Molecules Meet Language: Confound-Aware Representation Learning and Chemical Property Steering in Transformer-VAE Latent Spaces
Zakaria Elabid, Jan Andrzejewski, Bartosz Brzoza, Attila Cangi

TL;DR
This paper investigates how chemically meaningful information can be extracted from Transformer-VAE latent spaces for molecules, emphasizing the importance of confound-aware evaluation to ensure true chemical signal rather than artifacts.
Contribution
It introduces a confound-aware evaluation method for molecular latent spaces and demonstrates robust property steering in Transformer-VAE models after proper validation.
Findings
Robust monotonic steering for multiple chemical properties under confound-aware evaluation.

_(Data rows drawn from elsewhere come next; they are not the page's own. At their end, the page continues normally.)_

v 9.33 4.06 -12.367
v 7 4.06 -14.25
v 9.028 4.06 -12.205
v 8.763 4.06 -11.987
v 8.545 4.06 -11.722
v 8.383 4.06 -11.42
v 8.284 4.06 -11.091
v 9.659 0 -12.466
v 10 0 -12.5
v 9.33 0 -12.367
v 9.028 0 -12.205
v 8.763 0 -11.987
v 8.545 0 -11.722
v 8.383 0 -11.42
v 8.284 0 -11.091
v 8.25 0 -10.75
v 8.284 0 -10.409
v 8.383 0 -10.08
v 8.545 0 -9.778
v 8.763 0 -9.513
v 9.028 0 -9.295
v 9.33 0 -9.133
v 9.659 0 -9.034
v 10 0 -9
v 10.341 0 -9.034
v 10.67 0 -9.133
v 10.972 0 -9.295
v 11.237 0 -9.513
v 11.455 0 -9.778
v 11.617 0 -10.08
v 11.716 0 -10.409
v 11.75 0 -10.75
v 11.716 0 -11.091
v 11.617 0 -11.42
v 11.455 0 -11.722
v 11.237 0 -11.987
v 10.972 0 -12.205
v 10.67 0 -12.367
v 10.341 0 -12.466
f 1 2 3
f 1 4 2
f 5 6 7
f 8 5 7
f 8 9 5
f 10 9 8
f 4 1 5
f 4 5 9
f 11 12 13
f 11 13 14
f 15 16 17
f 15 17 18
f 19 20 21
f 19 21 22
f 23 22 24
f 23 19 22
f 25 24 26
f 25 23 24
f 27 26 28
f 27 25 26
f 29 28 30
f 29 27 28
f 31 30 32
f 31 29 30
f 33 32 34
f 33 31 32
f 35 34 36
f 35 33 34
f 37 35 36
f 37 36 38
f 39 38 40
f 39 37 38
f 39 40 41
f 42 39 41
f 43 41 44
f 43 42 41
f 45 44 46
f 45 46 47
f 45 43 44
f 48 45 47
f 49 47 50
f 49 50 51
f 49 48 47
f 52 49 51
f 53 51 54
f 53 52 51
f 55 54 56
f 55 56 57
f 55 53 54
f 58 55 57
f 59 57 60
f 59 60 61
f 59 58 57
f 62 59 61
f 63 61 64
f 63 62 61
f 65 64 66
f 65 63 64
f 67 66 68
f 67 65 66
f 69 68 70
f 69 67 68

Some properties have stable global directions, others are better described by local gradients.
Chemically meaningful steering can emerge in entangled latent spaces when validated properly.
Abstract
Molecular generative models often assume meaningful latent geometry, but apparent property predictability can reflect sequence-level shortcuts rather than chemical organization. We study this issue in an unsupervised autoregressive Transformer-VAE trained on SELFIES. After training, we freeze the model, fit linear probes to RDKit descriptors, and use the probe weights as candidate global steering directions. To separate chemical signal from SELFIES artifacts, we introduce a confound-aware evaluation based on residualization, confound-direction alignment analysis, and decoded-molecule traversal. This is necessary because SELFIES length, branch tokens, ring tokens, and token entropy are strongly encoded in the latent space. Under this confound-aware evaluation, we find robust monotonic steering for cLogP, FractionCSP3, HeavyAtomCount, TPSA, BertzCT, and HBA. Nonlinear probes further show…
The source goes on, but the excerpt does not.